== What this task involves ==
Please repeat exactly the lines below from the one containing "#215=AXIS2_PLACEMENT_3D('',#208,#41,#25);" down to the one containing "#220=CARTESIAN_POINT('',(-24.206446,26.655727,0.));", both included, and nothing else.

Saved data entries:
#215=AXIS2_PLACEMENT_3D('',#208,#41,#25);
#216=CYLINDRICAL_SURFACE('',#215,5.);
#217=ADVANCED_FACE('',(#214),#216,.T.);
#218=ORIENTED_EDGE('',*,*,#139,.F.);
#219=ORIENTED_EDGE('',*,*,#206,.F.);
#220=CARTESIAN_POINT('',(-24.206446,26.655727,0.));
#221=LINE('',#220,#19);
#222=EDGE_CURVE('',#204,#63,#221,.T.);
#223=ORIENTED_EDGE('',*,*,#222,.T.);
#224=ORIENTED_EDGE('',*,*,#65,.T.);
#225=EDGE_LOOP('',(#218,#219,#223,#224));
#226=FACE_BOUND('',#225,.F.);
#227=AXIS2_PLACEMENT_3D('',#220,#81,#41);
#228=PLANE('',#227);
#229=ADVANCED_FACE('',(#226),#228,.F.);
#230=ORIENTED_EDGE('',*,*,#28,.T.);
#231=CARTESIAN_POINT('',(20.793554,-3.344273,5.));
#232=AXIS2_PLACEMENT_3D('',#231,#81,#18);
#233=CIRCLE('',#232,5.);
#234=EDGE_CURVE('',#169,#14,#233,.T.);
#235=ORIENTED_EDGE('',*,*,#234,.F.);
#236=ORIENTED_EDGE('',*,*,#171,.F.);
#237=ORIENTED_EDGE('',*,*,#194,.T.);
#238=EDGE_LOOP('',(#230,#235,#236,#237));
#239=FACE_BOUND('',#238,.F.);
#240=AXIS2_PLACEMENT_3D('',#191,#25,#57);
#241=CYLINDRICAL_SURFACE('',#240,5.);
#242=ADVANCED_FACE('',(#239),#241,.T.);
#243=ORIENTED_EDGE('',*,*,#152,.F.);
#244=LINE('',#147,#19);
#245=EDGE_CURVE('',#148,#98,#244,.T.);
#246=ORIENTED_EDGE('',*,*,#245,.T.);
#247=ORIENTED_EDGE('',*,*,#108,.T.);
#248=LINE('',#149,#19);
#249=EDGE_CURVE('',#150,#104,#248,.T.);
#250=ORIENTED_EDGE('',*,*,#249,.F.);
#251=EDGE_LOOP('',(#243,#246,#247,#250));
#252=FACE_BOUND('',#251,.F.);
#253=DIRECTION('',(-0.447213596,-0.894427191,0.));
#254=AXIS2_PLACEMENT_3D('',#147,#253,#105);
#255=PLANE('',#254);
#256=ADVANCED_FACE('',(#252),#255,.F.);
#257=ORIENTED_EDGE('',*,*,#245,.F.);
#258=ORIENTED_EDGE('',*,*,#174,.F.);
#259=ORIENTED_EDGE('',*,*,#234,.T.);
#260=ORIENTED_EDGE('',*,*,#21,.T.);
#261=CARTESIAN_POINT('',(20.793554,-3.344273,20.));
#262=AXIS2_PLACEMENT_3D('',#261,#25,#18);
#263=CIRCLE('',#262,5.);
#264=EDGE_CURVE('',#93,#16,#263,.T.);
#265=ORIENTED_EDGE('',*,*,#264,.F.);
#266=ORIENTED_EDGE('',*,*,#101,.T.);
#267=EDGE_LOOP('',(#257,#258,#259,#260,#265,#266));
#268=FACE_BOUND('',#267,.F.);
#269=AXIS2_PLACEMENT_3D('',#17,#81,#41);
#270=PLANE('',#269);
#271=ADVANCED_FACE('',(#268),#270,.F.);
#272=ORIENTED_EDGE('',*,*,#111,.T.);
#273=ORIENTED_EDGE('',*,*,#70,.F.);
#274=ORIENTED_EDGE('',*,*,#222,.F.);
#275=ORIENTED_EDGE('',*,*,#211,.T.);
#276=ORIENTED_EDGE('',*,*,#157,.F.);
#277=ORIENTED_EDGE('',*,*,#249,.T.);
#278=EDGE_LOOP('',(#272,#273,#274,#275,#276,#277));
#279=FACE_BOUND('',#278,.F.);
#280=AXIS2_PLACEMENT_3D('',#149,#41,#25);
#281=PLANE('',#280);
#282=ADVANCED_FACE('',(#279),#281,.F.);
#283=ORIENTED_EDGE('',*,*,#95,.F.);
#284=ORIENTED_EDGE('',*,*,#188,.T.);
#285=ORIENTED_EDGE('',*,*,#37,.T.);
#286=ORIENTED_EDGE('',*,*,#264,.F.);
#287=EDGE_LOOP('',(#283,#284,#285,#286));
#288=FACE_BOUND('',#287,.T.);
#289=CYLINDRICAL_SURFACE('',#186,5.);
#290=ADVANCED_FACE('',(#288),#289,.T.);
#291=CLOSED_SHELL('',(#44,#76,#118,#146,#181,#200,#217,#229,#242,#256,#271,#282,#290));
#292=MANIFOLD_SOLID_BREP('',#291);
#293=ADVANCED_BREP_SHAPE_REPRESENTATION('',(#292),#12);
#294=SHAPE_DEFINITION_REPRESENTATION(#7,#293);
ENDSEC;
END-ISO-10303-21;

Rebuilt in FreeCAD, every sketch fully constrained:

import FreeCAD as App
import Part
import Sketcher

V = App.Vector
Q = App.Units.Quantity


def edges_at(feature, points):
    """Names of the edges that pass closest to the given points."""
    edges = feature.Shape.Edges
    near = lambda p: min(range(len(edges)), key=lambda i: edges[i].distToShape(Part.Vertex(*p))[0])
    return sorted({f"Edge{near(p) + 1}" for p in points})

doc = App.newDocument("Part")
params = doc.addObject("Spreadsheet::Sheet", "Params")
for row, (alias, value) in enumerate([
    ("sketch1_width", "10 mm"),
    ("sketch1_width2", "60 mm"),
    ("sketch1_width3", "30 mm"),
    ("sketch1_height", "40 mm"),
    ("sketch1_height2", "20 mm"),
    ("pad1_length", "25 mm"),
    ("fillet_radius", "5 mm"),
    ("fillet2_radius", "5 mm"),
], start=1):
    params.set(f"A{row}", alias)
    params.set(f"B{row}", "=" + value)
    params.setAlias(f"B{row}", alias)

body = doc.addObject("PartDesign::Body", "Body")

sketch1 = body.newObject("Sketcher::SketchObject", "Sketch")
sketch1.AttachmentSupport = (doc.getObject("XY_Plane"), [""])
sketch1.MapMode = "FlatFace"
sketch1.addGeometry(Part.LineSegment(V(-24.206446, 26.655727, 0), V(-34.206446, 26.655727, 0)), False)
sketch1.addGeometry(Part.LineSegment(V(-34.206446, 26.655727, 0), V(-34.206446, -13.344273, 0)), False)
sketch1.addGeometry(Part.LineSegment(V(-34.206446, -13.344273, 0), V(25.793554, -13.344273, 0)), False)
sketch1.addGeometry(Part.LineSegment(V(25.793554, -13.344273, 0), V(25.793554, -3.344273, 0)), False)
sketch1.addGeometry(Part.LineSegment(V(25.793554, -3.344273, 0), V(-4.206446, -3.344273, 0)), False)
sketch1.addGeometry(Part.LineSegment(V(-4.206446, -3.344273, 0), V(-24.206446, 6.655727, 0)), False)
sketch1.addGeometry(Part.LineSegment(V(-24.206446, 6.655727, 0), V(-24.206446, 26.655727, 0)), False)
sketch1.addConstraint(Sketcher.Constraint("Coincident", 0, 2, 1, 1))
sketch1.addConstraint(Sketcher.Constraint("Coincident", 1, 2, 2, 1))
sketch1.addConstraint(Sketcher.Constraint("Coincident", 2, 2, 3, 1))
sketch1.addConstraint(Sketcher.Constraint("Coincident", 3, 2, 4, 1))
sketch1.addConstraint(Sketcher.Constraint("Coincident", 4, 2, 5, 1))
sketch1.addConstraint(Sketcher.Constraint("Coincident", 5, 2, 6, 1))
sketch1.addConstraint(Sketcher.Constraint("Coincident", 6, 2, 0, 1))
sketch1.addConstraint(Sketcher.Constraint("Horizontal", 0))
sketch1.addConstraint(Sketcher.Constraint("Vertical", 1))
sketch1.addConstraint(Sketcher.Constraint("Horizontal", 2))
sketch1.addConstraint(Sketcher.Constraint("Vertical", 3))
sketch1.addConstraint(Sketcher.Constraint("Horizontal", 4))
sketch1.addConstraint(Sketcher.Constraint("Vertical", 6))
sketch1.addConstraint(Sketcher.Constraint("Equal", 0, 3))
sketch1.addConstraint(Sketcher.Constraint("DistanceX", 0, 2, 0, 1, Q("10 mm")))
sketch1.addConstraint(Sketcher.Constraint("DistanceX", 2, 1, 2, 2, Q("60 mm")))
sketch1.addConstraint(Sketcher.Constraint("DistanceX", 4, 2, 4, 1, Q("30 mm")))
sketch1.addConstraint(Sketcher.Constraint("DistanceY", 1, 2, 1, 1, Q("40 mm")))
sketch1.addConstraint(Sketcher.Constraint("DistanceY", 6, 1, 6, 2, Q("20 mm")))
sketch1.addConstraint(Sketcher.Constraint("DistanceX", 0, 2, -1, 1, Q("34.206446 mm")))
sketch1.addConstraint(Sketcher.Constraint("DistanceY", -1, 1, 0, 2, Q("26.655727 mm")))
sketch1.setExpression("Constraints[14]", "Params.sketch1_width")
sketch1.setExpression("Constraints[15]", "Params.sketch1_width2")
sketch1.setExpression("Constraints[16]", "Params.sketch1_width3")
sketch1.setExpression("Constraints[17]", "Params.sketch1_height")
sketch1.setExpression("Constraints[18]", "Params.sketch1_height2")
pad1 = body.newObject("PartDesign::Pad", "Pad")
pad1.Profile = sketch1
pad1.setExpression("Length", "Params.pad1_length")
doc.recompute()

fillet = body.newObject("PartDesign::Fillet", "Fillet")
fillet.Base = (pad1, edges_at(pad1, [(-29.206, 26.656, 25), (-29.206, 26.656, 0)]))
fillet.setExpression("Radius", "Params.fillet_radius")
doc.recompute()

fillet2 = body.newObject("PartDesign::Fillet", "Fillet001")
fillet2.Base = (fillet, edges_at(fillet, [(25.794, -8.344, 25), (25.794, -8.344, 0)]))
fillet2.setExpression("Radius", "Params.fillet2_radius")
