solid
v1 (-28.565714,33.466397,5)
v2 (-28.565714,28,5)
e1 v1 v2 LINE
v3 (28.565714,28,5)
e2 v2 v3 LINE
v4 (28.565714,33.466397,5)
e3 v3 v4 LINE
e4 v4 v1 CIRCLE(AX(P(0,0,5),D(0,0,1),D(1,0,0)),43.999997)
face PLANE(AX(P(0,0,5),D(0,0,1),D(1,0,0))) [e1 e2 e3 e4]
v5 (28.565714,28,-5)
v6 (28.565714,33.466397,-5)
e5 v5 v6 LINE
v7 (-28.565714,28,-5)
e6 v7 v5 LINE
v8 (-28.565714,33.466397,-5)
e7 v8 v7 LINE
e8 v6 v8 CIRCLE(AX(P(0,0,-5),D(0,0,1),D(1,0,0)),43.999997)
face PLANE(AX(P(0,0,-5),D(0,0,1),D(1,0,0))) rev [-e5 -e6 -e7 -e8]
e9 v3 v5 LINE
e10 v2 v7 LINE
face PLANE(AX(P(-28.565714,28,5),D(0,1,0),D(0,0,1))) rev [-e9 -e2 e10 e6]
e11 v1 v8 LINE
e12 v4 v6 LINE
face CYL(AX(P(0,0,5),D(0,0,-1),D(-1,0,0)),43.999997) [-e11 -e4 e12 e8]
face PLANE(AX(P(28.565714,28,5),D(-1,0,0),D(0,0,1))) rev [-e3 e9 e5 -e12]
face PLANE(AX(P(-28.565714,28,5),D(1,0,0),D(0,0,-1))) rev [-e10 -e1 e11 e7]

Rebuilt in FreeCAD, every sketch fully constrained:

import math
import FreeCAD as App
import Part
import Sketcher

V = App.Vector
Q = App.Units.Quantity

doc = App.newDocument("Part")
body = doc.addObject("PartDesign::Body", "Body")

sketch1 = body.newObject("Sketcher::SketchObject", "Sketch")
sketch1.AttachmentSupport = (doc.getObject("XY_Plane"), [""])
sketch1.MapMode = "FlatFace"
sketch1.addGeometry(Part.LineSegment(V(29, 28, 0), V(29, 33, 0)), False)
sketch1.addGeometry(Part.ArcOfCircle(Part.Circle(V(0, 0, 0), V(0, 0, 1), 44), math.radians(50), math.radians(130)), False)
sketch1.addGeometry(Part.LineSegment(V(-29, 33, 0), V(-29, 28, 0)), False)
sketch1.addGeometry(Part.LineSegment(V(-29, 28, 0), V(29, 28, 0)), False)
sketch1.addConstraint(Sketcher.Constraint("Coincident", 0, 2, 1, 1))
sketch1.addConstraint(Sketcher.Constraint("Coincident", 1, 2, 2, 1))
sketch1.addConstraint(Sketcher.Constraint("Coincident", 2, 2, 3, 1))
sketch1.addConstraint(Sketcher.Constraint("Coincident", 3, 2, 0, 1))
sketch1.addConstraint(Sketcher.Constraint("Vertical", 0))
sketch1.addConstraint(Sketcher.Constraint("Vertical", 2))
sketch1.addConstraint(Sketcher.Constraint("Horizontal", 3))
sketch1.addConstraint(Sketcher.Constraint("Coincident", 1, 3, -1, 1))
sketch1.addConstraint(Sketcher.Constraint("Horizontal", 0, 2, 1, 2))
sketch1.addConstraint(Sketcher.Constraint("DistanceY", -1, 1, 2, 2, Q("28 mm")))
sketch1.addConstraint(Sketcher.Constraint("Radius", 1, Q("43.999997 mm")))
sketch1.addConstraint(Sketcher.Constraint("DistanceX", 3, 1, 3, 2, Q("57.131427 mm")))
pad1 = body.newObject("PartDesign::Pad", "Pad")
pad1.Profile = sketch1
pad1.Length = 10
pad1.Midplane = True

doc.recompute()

...

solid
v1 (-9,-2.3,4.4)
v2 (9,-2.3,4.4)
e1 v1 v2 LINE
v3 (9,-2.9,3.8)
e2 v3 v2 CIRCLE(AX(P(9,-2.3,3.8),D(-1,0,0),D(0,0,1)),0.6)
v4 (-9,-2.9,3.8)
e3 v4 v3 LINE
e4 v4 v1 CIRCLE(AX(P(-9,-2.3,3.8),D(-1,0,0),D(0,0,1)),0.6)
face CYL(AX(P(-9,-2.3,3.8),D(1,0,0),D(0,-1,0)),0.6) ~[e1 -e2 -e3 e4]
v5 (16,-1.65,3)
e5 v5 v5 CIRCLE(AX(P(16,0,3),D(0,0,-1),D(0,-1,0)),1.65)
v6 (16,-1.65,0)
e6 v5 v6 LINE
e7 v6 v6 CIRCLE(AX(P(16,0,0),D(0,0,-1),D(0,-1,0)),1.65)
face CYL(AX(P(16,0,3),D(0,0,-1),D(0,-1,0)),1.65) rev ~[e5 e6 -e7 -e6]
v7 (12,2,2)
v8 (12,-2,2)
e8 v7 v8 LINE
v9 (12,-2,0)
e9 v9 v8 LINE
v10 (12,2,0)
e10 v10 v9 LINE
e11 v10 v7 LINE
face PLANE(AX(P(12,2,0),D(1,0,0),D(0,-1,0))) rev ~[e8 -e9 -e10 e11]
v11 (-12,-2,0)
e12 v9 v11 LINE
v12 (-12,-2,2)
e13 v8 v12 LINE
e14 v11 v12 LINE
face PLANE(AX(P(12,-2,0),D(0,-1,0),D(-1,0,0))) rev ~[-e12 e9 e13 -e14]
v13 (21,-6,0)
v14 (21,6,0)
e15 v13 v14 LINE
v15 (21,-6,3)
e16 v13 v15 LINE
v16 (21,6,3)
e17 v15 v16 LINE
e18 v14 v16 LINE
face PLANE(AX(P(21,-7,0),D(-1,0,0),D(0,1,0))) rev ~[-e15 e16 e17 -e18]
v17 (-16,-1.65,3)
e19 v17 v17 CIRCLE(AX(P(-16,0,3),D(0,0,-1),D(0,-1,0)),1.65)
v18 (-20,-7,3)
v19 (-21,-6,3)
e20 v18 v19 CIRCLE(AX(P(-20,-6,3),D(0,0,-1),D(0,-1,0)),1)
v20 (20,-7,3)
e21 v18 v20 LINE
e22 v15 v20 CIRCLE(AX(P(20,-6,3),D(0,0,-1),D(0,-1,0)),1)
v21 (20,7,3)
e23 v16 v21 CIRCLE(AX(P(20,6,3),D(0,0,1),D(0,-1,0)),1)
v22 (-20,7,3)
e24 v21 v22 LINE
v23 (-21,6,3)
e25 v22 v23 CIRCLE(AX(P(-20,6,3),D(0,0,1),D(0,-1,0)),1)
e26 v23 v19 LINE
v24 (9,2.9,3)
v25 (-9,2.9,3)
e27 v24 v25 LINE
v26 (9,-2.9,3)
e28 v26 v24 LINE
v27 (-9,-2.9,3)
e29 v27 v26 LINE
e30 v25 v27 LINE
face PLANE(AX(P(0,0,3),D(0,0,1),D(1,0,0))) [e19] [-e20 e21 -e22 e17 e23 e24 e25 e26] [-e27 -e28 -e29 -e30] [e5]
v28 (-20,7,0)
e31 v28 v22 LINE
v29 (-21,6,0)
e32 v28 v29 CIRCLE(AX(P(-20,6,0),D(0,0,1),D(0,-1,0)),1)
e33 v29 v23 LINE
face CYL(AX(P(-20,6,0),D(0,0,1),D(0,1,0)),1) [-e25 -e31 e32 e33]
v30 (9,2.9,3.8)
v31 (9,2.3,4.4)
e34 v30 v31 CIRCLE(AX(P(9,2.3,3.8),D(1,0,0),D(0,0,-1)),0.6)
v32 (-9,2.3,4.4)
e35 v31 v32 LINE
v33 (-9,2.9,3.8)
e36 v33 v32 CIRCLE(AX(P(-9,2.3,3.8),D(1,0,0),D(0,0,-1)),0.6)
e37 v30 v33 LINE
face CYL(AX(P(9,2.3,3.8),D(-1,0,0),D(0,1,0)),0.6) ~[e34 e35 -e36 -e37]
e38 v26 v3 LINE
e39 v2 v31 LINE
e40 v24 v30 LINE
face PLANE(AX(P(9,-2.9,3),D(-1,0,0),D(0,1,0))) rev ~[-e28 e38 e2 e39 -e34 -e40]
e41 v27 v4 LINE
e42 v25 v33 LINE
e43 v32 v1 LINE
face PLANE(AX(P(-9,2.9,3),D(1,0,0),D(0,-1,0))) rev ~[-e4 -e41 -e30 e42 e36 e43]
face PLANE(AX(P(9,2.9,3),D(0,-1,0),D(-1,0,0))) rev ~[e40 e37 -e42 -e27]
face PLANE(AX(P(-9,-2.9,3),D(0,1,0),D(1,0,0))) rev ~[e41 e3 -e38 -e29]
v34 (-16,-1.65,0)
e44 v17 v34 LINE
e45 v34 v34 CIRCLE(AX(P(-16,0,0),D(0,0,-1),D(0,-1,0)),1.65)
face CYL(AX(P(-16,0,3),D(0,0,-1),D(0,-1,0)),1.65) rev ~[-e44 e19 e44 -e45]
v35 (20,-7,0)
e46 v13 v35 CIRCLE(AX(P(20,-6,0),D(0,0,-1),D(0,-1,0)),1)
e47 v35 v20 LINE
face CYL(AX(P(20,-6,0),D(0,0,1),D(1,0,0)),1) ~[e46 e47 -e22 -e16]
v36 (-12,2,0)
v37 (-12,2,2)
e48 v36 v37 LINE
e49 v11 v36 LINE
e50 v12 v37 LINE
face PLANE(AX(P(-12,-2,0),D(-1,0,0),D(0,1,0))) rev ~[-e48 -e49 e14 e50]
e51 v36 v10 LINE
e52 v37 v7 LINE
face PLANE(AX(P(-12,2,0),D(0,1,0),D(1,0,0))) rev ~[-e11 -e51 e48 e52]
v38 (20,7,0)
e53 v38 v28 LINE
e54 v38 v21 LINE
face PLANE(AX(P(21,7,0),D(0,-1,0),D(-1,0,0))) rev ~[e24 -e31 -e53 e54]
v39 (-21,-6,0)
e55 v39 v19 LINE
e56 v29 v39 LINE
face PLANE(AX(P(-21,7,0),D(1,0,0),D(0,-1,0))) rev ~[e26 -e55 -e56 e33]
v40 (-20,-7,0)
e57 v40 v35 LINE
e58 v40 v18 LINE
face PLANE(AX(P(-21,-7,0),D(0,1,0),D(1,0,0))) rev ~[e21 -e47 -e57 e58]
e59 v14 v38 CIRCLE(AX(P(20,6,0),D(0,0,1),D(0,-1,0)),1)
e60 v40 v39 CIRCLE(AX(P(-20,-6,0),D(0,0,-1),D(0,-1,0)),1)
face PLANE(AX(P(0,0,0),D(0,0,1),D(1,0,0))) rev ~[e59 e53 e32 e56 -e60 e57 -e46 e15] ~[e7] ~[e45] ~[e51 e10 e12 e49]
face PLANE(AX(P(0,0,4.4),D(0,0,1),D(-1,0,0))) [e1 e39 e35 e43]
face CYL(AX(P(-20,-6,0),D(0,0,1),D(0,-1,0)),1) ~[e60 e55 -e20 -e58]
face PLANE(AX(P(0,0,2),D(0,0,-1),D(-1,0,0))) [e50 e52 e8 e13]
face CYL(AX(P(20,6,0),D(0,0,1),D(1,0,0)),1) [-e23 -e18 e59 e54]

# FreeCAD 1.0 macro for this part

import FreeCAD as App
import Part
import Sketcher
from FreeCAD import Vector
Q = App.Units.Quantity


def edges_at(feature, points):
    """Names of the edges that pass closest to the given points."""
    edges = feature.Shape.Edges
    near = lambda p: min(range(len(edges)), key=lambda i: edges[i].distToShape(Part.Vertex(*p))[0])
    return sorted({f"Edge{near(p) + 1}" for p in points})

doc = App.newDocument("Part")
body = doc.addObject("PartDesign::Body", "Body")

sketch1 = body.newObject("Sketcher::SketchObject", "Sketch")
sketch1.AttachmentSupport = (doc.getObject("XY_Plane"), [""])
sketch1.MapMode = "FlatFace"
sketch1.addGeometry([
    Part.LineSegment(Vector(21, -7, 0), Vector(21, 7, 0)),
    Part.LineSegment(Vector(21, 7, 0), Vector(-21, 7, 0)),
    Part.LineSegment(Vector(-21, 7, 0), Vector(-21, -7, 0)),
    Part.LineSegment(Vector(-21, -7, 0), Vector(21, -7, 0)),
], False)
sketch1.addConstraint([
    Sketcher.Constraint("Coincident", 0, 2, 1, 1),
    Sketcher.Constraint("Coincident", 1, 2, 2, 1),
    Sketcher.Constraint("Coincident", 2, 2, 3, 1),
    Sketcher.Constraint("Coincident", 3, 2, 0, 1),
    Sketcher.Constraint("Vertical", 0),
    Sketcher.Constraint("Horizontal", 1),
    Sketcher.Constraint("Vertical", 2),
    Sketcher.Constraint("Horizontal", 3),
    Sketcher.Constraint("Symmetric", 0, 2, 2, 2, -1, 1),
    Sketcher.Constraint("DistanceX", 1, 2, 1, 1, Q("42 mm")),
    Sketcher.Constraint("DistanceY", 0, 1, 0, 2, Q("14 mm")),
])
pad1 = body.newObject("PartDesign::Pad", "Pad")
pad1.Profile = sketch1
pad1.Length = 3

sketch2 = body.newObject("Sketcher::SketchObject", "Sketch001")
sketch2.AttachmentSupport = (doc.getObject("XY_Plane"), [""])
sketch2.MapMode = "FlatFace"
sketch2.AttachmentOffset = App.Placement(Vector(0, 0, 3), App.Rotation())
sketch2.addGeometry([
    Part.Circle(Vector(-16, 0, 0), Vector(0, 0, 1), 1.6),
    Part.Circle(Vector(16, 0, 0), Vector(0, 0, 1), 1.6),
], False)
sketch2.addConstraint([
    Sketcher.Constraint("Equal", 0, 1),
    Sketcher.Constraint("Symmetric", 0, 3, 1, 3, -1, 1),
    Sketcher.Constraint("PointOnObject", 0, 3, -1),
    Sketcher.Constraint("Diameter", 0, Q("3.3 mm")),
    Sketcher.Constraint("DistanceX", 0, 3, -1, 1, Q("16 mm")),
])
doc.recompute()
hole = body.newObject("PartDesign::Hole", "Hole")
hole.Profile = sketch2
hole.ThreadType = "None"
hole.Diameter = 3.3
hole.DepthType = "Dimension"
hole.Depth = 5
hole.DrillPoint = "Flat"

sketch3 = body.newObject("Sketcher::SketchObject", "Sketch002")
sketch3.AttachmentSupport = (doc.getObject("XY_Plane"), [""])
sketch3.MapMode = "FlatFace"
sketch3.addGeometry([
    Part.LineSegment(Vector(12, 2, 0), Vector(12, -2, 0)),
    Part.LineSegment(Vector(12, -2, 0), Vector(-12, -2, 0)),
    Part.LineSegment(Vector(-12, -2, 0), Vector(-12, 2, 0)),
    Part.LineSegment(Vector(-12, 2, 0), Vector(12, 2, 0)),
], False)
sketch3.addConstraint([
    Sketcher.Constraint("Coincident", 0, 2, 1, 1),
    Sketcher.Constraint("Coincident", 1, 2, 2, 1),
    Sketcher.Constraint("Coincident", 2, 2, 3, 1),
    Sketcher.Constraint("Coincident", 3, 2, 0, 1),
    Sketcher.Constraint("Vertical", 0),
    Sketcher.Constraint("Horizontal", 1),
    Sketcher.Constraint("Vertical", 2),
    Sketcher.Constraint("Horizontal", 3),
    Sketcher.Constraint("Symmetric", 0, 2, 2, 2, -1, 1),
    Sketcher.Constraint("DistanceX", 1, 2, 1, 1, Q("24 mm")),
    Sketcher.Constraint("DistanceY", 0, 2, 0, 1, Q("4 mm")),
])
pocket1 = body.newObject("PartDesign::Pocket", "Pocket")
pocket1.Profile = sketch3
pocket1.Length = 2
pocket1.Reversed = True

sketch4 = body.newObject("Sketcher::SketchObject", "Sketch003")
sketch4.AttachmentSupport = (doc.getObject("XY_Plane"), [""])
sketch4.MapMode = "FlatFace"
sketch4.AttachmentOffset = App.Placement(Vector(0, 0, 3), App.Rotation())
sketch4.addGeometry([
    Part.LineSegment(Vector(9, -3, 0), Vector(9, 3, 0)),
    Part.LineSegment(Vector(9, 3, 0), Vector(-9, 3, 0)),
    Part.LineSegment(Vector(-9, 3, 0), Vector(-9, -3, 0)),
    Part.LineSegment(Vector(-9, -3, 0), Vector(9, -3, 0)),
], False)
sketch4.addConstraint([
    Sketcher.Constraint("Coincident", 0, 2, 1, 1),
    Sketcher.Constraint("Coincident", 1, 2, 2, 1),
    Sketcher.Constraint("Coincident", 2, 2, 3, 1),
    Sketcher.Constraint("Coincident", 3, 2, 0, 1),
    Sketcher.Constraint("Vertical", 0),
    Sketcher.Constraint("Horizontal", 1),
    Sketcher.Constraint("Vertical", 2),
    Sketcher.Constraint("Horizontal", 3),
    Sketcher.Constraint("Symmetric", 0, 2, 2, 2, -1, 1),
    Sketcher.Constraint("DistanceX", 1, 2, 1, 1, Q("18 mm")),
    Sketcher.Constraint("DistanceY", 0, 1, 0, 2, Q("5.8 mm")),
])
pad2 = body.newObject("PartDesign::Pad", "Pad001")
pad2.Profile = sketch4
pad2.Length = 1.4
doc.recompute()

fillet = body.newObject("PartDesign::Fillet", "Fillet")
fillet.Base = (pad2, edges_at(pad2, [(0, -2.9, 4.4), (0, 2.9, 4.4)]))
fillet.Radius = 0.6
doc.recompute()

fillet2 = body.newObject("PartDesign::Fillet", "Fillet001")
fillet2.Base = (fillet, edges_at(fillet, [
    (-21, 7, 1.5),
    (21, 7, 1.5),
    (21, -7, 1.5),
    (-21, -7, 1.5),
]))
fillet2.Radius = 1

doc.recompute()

== Worked solution ==
#215=AXIS2_PLACEMENT_3D('',#208,#41,#25);
#216=CYLINDRICAL_SURFACE('',#215,5.);
#217=ADVANCED_FACE('',(#214),#216,.T.);
#218=ORIENTED_EDGE('',*,*,#139,.F.);
#219=ORIENTED_EDGE('',*,*,#206,.F.);
#220=CARTESIAN_POINT('',(-24.206446,26.655727,0.));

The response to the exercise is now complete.